The failure surface:

$$ Y_{{{\text{fail}}}} = Y_{{{\text{TXC}}}} {\left( P \right)}F_{{{\text{Rate}}}} {\left( {\ifmmode\expandafter\dot\else\expandafter\.\fi{\varepsilon }} \right)}R_{3} {\left( \theta \right)} $$

(13)

$$ Y_{{{\text{TXC}}}} {\left( P \right)} = f_{{\text{c}}} A{\left[ {P^{ * } - {\left( {P^{ * }_{{{\text{spall}}}} F_{{{\text{Rate}}}} } \right)}} \right]}^{N} $$

(14)

$$ F_{\text{Rate}} (\dot{\varepsilon }) = \left( {\frac{{\dot{\varepsilon }}}{{\dot{\varepsilon }_{0} }}} \right)^{\alpha} {\text{with }}P > \frac{{f_{c} }}{3}{\text{ and }}\acute{\varepsilon}_{0} = 30 \times 10^{ - 6} {\text{s}}^{ - 1} $$

(15)

$$ F_{\text{Rate}} (\dot{\varepsilon }) = \left( {\frac{{\dot{\varepsilon }}}{{\dot{\varepsilon }_{0} }}} \right)^{\delta } {\text{ with }}P < \frac{{f_{c} }}{3}\,{\text{and }}\,\acute{\varepsilon}_{0} = 3 \times 10^{ - 6} {\text{s}}^{ - 1} $$

(16)

$$ R_{3} {\left( \theta \right)} = \frac{{2{\left( {1 - Q^{2} } \right)}\cos \theta + {\left( {2Q - 1} \right)}{\left[ {4{\left( {1 - Q^{2} } \right)}\cos ^{2} \theta + 5Q^{2} - 4Q} \right]}^{{1 \mathord{\left/ {\vphantom {1 2}} \right. \kern-\nulldelimiterspace} 2}} }} {{4{\left( {1 - Q^{2} } \right)}\cos ^{2} \theta + {\left( {1 - 2Q^{2} } \right)}^{2} }} $$

(17)

where Y _fail is the failure surface, Y _TXC(P) the compression meridian, έ the strain rate, F _Rate(έ) the strain rate function, α and δ the material constants, R ₃(θ) a function of an angle rotating around the hydrostatic axis and meridian ratio Q, f _c the compressive strength, A the failure surface constant, N the failure surface exponent, P* the pressure normalized by f _c, and P*_spall = P* (f _t/f _c).

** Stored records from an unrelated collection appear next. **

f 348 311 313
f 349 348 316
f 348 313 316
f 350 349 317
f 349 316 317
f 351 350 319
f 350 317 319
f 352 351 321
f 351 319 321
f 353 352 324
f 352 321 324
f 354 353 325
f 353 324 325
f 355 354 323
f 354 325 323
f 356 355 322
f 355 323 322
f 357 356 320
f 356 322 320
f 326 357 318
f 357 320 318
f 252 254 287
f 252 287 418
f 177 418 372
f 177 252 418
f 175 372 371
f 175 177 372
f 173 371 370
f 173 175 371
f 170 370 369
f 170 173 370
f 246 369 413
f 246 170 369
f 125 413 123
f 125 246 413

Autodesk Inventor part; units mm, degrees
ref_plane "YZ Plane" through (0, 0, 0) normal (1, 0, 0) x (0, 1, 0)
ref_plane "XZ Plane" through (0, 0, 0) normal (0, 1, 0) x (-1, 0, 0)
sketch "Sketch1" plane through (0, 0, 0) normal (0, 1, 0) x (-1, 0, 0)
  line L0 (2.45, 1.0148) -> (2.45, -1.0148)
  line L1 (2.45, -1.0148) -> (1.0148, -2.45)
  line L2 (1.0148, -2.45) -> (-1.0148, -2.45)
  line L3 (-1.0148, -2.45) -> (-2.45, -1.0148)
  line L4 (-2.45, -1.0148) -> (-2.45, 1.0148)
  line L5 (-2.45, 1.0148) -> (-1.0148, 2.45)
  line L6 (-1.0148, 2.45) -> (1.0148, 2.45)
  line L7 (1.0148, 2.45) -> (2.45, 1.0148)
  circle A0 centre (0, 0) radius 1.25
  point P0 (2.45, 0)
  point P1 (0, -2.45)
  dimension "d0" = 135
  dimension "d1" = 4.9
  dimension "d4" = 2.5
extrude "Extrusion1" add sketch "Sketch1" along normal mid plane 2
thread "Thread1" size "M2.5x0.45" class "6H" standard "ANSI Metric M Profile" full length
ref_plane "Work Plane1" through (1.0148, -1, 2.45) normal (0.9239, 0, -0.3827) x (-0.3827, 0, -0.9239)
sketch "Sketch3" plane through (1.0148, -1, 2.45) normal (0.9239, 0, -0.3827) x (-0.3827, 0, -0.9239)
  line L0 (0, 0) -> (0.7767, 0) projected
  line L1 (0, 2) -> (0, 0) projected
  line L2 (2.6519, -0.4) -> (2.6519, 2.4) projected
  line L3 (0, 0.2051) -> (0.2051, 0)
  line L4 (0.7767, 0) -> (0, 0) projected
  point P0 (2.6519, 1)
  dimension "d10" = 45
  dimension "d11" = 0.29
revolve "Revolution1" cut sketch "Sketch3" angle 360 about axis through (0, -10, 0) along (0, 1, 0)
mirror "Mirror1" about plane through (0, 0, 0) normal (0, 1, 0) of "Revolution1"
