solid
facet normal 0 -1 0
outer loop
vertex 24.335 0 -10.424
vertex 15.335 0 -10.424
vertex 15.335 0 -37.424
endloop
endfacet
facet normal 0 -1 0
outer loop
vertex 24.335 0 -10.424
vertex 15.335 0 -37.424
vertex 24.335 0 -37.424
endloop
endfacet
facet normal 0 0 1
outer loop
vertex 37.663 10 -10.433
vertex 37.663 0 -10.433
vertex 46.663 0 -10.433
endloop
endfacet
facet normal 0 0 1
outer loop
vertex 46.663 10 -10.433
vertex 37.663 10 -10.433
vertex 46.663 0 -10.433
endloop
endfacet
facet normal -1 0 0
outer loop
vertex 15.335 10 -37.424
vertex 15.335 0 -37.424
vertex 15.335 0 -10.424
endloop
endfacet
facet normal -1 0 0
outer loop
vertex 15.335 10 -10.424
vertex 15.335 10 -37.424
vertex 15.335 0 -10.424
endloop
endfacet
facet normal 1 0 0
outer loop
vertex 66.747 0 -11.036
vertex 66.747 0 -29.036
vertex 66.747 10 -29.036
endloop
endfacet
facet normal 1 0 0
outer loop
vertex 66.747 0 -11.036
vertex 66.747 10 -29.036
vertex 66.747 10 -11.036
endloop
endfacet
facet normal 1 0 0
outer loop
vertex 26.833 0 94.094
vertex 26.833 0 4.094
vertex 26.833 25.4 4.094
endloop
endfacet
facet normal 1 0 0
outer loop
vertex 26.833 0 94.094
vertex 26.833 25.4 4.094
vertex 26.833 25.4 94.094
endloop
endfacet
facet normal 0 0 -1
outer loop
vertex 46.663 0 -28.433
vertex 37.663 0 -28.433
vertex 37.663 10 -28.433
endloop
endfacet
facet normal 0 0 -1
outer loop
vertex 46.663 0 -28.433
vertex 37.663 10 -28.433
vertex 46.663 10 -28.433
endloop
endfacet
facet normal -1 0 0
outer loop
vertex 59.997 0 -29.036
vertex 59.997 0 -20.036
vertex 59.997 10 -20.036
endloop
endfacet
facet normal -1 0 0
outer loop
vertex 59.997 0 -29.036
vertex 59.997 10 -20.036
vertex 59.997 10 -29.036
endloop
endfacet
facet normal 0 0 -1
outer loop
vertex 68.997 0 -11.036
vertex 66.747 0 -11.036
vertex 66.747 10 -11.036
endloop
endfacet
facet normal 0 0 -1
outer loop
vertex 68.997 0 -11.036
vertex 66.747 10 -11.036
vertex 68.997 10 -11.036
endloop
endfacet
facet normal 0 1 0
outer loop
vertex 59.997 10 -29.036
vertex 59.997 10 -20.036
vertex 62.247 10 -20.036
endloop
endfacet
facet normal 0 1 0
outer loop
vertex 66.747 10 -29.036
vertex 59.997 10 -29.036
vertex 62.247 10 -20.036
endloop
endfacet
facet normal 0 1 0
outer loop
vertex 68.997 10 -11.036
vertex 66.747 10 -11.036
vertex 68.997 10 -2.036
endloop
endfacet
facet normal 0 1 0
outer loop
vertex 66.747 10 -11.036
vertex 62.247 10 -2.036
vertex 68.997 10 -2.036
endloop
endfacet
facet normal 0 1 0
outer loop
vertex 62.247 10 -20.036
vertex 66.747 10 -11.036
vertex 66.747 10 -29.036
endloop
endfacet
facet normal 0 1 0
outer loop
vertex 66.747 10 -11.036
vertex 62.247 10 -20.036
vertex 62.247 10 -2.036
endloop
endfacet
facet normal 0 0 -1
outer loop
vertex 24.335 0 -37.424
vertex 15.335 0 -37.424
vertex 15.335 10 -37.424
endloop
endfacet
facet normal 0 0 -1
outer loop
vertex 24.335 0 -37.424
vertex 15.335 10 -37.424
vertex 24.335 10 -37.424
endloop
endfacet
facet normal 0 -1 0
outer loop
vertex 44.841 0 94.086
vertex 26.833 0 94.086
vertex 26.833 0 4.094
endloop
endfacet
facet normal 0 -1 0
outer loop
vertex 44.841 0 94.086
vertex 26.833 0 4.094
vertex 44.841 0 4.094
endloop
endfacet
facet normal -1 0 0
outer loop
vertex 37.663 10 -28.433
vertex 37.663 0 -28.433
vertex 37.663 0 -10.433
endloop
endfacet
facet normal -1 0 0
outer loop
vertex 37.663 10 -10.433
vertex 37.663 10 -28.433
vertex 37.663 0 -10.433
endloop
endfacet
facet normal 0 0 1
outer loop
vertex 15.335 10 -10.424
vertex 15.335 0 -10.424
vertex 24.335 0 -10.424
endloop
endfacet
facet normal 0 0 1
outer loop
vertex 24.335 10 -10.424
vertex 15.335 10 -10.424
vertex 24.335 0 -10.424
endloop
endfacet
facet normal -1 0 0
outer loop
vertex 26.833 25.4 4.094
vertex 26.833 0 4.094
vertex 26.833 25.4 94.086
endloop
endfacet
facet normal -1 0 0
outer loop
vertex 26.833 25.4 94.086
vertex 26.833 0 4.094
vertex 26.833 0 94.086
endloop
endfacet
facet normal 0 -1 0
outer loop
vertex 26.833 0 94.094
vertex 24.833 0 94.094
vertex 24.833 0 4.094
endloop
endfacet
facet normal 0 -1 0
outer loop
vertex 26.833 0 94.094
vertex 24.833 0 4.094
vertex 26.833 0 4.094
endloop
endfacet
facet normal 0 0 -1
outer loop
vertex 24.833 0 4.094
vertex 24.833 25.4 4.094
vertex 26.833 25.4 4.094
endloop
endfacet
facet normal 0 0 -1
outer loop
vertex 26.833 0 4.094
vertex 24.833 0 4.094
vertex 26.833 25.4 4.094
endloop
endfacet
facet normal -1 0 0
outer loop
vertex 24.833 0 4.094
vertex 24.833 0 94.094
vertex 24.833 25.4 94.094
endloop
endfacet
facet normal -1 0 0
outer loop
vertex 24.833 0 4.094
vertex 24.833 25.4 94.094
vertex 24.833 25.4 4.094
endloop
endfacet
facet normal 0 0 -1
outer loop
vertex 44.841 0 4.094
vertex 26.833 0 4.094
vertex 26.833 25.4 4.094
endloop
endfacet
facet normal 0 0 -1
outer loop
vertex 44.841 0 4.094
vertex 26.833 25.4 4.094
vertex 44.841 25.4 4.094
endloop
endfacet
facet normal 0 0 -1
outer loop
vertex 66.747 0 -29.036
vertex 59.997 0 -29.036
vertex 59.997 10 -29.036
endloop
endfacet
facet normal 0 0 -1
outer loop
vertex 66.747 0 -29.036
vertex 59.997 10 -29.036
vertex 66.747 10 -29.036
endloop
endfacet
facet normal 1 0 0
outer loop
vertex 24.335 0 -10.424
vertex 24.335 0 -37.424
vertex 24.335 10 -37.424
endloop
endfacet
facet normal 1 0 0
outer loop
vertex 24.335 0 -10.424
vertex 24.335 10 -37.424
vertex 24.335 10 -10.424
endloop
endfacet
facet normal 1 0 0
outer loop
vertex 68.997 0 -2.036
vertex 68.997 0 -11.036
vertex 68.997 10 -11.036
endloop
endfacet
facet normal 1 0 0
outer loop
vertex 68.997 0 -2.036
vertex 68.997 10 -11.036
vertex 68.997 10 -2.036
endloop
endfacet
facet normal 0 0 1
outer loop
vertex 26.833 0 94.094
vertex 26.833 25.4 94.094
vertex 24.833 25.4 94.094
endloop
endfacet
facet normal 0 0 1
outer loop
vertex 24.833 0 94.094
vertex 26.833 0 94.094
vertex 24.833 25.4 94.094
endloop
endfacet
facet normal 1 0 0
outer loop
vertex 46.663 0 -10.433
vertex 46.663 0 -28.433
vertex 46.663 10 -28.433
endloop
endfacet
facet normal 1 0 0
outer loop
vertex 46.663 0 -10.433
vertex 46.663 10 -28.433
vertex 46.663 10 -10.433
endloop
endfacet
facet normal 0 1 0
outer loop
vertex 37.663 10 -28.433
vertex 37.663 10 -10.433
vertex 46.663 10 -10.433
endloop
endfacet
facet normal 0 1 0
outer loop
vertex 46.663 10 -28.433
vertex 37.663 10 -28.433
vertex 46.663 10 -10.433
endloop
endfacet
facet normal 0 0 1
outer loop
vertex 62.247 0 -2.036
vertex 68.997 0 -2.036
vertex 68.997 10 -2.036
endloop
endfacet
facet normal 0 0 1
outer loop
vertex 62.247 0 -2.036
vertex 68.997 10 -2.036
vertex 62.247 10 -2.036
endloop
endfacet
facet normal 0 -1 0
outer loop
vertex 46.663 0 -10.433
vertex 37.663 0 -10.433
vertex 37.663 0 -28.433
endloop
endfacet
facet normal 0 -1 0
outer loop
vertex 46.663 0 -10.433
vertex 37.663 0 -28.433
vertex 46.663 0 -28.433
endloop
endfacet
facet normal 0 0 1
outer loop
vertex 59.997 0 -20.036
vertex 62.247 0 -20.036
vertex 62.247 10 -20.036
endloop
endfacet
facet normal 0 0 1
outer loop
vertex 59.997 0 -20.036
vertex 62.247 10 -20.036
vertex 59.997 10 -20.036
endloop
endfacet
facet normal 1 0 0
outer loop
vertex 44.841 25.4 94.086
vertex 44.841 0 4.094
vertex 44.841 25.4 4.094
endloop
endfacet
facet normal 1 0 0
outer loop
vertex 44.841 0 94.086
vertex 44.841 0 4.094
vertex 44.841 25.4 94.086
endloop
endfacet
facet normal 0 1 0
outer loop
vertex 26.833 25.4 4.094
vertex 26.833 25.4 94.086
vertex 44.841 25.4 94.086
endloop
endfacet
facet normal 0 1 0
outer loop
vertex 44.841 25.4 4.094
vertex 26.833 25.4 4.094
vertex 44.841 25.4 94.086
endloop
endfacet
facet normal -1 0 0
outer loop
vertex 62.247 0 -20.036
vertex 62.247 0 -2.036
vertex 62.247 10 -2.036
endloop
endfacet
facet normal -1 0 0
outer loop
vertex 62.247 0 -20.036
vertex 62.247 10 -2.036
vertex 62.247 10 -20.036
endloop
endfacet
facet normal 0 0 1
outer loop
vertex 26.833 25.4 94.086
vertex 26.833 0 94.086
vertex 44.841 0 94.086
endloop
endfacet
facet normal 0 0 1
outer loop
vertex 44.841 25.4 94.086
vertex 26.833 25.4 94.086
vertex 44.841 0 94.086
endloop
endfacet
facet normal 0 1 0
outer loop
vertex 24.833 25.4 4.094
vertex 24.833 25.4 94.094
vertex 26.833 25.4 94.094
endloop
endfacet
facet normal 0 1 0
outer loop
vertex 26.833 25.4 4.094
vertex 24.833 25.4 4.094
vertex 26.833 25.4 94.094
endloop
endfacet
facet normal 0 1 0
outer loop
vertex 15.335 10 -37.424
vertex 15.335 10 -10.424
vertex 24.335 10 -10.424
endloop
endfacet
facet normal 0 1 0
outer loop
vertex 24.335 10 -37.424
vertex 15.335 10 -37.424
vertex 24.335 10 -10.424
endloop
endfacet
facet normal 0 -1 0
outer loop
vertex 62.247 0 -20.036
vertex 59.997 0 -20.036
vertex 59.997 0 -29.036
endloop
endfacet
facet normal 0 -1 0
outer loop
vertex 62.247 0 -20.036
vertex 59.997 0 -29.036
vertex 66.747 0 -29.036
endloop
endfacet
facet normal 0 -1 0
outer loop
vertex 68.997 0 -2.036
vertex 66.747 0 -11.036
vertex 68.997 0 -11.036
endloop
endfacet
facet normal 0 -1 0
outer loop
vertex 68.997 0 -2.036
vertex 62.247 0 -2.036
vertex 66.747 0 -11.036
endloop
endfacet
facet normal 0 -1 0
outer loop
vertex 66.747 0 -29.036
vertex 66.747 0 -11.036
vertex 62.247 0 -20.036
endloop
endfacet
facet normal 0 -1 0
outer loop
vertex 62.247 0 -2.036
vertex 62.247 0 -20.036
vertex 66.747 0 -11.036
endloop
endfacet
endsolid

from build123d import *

# Parameters (mm, degrees)
F0_W     = 9
F0_H     = 27
F1_DEPTH = 10
F2_W     = 9
F2_H     = 18
F3_DEPTH = 10
F5_DEPTH = 10
F6_W     = 18.0086
F6_H     = 89.9922
F7_DEPTH = 25.4
F8_DEPTH = 25.4


with BuildPart() as f1:
    # F0 (on Front) → F1 (new body)
    with BuildSketch(Plane.XZ):
        with Locations((19.834839, -23.924032)):
            Rectangle(F0_W, F0_H)
    extrude(amount=-F1_DEPTH)


with BuildPart() as f3:
    # F2 (on Front) → F3 (new body)
    with BuildSketch(Plane.XZ):
        with Locations((42.162936, -19.43305)):
            Rectangle(F2_W, F2_H)
    extrude(amount=-F3_DEPTH)


with BuildPart() as f5:
    # F4 (on Front) → F5 (new body)
    with BuildSketch(Plane.XZ):
        Polygon((59.997173, -20.035636), (59.997173, -29.035636), (66.747173, -29.035636), (66.747173, -11.035636), (68.997173, -11.035636), (68.997173, -2.035636), (62.247173, -2.035636), (62.247173, -20.035636), align=None)
    extrude(amount=-F5_DEPTH)


with BuildPart() as f7:
    # F6 (on face) → F7 (new body)
    with BuildSketch(Plane.XZ):
        with Locations((35.837151, 49.090376)):
            Rectangle(F6_W, F6_H)
    extrude(amount=-F7_DEPTH)


with BuildPart() as f8:
    # F6 (on face) → F8 (new body)
    with BuildSketch(Plane.XZ):
        Polygon((26.832851, 4.094276), (26.832851, 94.086476), (26.832851, 94.094276), (24.832851, 94.094276), (24.832851, 4.094276), align=None)
    extrude(amount=-F8_DEPTH)


solid = Compound([f1.part, f3.part, f5.part, f7.part, f8.part])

The elastic limit surface:

$$ Y_{{{\text{elastic}}}} = Y_{{{\text{fail}}}} F_{{{\text{elastic}}}} F_{{{\text{CAP}}}} {\left( P \right)} $$

(18)

where F _elastic is the ratio of the elastic strength to failure surface strength and F _CAP(P) is a function that limits the elastic deviatoric stresses under hydrostatic compression.

The residual failure surface:

$$ Y_{{{\text{residual}}}} = B{\left( {P^{ * } } \right)}^{M} $$

(19)

where B is the residual failure surface constant and M is the residual failure surface exponent.

The damage model:

$$ D = {\sum {\frac{{\Updelta \varepsilon _{{{\text{pl}}}} }} {{\varepsilon ^{{{\text{failure}}}}_{{\text{p}}} }}} } $$

(20)

$$ \varepsilon ^{{{\text{failure}}}}_{{\text{p}}} = D_{1} {\left( {P^{ * } - P^{ * }_{{{\text{spall}}}} } \right)}^{{D_{2} }} $$

(21)

$$ G_{{{\text{fracture}}}} = {\left( {1 - D} \right)}G_{{{\text{initial}}}} + DG_{{{\text{residual}}}} $$

(22)

where D, D ₁, and D ₂ are damage constants, Δε _pl the accumulated plastic strain, ε ^failure _p the failure strain, and G _initial, G _residual, and G _fracture are the shear moduli of the initial, residual, and post-damage, respectively.